[Stored items]
--*--

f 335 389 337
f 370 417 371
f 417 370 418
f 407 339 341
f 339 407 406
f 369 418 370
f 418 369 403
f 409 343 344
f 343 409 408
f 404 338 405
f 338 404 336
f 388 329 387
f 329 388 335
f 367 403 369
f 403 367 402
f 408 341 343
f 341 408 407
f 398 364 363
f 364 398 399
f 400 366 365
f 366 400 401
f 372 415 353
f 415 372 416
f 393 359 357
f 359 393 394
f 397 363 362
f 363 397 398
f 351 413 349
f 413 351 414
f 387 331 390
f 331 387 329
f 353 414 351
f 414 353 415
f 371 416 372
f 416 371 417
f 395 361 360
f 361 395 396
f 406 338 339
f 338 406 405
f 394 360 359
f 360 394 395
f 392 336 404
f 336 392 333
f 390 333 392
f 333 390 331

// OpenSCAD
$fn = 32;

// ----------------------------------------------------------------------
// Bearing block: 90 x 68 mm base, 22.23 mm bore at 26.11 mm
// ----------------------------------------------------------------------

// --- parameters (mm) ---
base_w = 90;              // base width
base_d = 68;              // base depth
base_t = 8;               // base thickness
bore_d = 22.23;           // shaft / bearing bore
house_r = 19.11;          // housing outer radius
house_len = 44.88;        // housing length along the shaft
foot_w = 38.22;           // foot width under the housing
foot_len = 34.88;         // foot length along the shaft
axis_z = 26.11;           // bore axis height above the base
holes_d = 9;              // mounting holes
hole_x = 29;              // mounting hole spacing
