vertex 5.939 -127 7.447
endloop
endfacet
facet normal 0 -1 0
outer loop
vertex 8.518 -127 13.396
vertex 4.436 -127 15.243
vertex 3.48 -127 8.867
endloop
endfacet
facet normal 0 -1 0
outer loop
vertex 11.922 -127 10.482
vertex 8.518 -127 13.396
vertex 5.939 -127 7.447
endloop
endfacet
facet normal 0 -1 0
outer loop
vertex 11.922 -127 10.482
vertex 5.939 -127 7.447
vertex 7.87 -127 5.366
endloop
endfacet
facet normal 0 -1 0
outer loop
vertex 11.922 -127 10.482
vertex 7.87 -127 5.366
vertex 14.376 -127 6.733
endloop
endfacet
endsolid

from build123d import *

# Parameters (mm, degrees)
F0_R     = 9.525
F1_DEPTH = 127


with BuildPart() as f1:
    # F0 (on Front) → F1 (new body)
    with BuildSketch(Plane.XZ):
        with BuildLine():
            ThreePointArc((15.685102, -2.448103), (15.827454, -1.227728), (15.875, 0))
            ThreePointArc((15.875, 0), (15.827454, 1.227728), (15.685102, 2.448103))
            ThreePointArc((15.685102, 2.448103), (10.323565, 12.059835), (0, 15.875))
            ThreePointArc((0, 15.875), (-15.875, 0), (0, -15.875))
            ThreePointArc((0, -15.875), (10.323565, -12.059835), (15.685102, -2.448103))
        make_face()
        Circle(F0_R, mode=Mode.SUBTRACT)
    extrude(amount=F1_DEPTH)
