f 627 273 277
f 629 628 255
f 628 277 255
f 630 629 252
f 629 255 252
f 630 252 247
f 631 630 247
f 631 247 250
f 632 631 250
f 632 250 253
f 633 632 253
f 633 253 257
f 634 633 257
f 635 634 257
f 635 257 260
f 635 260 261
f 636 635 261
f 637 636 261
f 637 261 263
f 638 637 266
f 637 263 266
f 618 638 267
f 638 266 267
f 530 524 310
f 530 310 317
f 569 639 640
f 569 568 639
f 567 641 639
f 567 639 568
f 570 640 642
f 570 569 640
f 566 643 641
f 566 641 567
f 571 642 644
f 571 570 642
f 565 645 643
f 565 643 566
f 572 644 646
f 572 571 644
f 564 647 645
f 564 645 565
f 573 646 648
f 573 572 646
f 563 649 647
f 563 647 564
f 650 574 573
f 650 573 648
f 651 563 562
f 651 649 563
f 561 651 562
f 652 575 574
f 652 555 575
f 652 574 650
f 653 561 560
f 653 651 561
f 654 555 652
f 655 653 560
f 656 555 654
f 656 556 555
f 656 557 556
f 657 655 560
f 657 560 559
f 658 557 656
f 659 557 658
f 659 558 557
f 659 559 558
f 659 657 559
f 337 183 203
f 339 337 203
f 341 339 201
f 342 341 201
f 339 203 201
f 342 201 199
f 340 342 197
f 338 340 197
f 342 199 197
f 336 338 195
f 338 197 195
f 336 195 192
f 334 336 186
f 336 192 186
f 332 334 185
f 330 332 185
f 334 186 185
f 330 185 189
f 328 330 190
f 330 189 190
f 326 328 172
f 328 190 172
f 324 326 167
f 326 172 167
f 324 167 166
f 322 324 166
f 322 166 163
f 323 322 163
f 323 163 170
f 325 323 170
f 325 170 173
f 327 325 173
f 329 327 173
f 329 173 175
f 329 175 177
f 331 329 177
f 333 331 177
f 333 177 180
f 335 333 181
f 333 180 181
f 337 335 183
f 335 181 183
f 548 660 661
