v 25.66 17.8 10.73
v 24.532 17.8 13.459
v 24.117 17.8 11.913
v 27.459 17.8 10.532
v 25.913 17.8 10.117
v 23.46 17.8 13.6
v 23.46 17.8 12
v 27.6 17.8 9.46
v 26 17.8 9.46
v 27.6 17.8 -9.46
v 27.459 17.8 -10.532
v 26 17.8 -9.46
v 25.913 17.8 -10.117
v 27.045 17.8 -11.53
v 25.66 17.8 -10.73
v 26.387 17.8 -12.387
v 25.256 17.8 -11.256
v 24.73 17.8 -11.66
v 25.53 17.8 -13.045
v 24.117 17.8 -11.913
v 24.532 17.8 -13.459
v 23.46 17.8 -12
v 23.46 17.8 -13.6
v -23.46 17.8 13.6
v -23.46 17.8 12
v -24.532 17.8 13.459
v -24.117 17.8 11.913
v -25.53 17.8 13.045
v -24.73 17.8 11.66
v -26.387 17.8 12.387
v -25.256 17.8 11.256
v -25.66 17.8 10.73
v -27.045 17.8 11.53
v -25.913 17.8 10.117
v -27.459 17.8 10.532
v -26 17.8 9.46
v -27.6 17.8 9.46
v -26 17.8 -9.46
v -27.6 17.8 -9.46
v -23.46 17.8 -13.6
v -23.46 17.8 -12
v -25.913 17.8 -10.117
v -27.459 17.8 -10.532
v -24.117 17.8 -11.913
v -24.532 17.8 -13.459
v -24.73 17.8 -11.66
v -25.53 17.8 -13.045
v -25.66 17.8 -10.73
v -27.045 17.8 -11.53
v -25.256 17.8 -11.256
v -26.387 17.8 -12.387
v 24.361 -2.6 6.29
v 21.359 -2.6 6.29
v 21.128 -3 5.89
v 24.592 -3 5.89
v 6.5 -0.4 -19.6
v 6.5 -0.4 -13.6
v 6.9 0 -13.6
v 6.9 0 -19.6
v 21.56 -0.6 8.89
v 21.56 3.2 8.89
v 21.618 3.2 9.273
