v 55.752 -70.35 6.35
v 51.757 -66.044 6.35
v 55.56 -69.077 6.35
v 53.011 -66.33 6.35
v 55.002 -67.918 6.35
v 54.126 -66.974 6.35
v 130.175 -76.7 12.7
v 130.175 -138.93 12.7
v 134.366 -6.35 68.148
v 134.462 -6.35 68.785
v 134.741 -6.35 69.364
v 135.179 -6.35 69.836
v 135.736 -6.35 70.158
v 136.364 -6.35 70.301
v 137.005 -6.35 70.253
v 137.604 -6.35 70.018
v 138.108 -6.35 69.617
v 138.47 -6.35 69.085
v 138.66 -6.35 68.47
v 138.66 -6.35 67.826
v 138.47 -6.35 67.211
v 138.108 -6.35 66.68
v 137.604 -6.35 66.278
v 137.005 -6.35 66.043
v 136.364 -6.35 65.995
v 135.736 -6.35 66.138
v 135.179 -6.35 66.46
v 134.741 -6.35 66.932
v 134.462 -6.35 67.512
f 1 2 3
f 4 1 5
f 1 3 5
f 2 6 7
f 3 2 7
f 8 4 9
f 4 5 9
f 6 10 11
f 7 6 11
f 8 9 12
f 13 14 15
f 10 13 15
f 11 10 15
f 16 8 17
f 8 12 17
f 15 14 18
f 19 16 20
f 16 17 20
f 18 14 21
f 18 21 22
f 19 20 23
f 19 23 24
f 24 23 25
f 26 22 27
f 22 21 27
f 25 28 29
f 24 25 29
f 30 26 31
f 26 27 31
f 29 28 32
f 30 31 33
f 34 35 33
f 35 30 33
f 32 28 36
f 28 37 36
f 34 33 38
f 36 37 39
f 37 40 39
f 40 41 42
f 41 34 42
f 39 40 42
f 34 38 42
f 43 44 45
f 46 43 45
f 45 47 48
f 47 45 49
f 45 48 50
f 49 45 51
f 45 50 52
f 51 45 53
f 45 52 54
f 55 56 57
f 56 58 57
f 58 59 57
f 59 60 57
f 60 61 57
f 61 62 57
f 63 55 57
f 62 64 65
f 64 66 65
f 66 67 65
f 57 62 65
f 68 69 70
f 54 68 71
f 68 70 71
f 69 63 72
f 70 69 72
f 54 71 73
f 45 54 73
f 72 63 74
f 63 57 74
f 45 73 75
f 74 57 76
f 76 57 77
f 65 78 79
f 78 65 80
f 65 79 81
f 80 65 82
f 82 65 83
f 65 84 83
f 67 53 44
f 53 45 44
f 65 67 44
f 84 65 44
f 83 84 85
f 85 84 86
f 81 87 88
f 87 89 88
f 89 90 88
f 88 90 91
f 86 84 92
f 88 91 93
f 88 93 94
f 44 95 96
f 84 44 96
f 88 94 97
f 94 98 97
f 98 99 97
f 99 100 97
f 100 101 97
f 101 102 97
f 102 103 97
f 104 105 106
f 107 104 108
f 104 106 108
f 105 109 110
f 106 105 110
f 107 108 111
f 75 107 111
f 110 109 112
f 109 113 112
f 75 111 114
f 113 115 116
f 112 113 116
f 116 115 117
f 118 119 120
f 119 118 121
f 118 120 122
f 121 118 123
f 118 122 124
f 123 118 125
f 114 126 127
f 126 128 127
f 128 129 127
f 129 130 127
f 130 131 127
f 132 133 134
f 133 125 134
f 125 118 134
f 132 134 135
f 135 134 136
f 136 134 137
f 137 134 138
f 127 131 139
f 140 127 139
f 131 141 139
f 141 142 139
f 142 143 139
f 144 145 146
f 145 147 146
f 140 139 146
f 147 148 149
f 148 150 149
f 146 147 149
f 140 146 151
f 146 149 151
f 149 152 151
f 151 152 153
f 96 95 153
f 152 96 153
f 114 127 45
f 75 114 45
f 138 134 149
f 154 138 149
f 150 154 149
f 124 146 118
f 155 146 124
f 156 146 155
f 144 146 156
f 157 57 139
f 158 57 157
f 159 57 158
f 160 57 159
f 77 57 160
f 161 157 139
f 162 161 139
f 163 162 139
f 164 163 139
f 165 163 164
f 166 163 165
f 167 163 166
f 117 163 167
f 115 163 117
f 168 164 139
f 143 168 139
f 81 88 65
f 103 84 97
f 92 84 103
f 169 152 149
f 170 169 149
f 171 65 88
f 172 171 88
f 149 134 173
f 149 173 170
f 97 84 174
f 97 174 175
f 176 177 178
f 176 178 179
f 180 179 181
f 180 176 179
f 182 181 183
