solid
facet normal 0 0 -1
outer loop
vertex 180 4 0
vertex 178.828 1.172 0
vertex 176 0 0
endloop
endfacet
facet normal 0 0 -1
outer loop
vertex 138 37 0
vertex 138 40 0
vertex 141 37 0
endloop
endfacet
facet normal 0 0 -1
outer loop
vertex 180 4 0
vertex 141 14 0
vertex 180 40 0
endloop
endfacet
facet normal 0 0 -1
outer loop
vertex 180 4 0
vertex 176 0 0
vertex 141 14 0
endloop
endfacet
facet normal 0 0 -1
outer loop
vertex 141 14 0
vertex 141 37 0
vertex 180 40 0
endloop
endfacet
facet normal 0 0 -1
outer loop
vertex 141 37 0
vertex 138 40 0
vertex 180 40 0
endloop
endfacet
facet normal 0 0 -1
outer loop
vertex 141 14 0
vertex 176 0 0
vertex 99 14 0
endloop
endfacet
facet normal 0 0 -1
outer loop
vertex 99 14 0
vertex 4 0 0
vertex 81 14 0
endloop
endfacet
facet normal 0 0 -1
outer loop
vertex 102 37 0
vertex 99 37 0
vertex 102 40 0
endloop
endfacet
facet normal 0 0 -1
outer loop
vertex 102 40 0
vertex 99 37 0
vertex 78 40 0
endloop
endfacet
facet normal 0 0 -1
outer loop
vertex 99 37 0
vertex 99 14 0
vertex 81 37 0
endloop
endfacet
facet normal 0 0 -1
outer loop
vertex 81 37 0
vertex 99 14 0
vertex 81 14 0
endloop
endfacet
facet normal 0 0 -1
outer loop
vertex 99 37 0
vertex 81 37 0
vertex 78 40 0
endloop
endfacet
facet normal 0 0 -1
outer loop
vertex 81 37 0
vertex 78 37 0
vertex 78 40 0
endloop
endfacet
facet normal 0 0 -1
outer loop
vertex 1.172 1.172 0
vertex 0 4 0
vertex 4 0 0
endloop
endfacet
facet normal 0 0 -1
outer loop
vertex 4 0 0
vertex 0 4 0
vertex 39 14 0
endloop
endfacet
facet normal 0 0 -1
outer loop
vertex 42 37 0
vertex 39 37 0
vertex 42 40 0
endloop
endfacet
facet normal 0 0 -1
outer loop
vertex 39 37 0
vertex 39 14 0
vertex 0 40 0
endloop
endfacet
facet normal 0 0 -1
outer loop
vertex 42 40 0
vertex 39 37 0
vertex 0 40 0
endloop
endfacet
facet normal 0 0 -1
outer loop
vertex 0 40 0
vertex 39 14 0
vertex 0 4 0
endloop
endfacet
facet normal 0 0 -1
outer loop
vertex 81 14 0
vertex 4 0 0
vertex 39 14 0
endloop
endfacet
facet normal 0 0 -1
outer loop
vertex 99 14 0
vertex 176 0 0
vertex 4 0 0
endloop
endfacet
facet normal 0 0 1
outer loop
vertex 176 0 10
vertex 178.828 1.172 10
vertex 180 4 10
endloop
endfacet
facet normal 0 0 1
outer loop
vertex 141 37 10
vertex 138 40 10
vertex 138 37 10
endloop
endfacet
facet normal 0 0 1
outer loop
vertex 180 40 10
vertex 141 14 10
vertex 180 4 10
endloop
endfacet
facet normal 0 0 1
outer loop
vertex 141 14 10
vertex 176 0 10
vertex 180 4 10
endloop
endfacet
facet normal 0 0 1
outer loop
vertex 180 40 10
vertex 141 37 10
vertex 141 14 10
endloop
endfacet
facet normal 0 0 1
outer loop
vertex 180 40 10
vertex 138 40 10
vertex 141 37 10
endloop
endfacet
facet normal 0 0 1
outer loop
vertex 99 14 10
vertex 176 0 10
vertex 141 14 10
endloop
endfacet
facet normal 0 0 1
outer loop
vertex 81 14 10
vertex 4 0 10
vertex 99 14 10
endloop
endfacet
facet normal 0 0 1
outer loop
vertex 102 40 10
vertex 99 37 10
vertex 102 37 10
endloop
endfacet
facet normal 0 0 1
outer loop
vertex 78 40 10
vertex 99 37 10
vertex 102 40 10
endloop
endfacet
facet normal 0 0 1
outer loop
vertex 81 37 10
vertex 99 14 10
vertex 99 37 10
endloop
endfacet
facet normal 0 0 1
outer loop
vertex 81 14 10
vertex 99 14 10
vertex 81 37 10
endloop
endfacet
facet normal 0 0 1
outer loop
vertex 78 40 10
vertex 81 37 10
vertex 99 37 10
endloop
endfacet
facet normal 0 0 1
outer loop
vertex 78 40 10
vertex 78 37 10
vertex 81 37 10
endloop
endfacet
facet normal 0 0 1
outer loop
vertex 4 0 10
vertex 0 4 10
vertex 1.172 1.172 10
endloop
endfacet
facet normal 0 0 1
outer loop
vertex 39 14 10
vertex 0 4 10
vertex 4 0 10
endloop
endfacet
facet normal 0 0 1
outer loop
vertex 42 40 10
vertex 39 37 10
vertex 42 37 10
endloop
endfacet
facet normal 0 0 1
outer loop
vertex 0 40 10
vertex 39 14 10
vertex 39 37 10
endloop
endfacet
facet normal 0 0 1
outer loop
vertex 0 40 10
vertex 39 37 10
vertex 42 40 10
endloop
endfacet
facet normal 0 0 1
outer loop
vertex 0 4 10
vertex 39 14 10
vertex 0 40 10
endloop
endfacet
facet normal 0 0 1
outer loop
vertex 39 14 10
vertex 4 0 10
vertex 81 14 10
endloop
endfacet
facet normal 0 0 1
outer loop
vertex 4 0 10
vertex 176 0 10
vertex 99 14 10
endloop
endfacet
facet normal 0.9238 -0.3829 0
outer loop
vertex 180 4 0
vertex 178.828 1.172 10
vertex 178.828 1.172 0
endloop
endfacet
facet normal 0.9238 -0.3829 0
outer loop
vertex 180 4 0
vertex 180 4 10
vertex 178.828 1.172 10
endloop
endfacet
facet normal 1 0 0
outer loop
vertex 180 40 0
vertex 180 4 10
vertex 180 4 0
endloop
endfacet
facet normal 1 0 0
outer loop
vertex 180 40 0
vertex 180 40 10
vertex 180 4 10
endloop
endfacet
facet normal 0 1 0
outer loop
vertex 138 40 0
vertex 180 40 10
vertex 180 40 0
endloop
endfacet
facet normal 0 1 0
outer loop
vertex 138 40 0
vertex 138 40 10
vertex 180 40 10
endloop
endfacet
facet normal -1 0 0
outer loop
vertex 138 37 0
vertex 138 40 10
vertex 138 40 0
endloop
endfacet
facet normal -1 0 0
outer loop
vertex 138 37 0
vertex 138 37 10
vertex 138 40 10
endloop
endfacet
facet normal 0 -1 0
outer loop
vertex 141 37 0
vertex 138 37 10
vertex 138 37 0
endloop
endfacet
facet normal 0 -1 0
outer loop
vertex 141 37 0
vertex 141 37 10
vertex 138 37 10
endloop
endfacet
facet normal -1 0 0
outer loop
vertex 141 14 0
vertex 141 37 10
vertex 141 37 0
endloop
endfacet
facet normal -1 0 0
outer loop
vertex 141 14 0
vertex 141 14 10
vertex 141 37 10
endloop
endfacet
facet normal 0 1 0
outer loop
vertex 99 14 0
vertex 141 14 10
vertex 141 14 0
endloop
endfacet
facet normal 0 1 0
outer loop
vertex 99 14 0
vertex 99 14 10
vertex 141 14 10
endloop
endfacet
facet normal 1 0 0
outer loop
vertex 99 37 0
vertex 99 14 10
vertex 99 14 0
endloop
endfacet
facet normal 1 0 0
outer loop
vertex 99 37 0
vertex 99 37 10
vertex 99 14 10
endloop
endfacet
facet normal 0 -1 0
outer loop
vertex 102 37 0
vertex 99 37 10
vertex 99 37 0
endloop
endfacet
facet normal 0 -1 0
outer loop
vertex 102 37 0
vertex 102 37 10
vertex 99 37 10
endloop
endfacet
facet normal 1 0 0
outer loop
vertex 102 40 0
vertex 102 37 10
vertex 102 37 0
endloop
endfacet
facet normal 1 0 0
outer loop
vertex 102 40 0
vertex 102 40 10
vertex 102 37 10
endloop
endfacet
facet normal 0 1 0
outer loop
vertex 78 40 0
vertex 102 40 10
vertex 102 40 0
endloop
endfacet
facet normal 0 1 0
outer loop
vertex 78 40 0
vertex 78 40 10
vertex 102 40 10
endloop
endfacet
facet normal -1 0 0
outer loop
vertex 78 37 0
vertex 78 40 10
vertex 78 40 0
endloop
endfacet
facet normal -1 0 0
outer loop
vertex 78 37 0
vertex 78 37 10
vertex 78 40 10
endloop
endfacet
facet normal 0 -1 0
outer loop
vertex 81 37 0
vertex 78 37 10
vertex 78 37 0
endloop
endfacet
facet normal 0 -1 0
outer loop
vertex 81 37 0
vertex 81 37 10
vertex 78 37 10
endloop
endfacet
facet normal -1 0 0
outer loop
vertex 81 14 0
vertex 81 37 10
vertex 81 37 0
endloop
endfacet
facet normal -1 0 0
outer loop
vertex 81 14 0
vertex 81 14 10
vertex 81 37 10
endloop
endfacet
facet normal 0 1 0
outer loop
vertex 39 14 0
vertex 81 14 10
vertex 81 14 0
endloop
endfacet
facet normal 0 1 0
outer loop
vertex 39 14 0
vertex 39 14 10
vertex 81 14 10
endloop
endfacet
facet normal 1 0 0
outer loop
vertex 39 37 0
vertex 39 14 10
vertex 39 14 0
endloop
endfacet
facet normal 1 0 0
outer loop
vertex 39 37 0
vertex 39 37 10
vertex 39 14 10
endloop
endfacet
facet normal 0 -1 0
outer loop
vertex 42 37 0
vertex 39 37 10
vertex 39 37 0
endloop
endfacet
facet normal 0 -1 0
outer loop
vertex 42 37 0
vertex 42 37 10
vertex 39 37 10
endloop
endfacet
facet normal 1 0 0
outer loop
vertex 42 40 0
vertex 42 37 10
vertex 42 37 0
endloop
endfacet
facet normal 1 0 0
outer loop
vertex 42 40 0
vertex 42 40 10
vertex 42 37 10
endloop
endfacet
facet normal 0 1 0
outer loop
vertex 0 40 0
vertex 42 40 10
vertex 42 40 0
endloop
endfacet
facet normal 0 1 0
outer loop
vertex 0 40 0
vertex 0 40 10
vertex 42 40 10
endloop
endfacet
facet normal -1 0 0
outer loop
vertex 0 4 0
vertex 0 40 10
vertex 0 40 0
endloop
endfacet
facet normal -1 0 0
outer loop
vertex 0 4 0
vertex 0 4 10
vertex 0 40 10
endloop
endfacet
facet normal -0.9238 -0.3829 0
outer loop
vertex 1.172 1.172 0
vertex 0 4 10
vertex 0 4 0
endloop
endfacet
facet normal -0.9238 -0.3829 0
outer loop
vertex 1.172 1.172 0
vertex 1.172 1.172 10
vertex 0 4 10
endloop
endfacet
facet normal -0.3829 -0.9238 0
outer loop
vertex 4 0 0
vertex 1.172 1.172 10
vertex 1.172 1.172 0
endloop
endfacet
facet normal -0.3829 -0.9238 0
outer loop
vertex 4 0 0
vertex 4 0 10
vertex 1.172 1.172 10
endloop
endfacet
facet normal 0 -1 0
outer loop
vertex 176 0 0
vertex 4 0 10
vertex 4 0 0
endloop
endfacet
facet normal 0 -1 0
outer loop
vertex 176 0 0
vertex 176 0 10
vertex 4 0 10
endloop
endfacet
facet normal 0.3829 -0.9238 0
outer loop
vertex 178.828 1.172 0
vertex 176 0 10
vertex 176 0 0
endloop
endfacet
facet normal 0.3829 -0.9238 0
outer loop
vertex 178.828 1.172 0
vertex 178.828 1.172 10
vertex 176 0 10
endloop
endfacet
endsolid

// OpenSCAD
$fn = 32;

// ----------------------------------------------------------------------
// Oversize slot bar: 180 mm bar with 2 oversize windows
// ----------------------------------------------------------------------

// --- parameters (mm) ---
profile_height = 10;      // extrusion height
profile_points = 24;      // points of the closed outline

profile = [[0, 4], [1.172, 1.172], [4, 0], [176, 0], [178.828, 1.172], [180, 4], [180, 40], [138, 40], [138, 37], [141, 37], [141, 14], [99, 14], [99, 37], [102, 37], [102, 40], [78, 40], [78, 37], [81, 37], [81, 14], [39, 14], [39, 37], [42, 37], [42, 40], [0, 40]];  // single closed polygon, 24 points, counter clockwise

// --- the one profile operation ---
linear_extrude(height = profile_height) polygon(points = profile);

--*--

_Your instructions_. Once you have read the entries above, state how many of their lines include "mounting", giving the number alone.

_Solution to this problem_. 2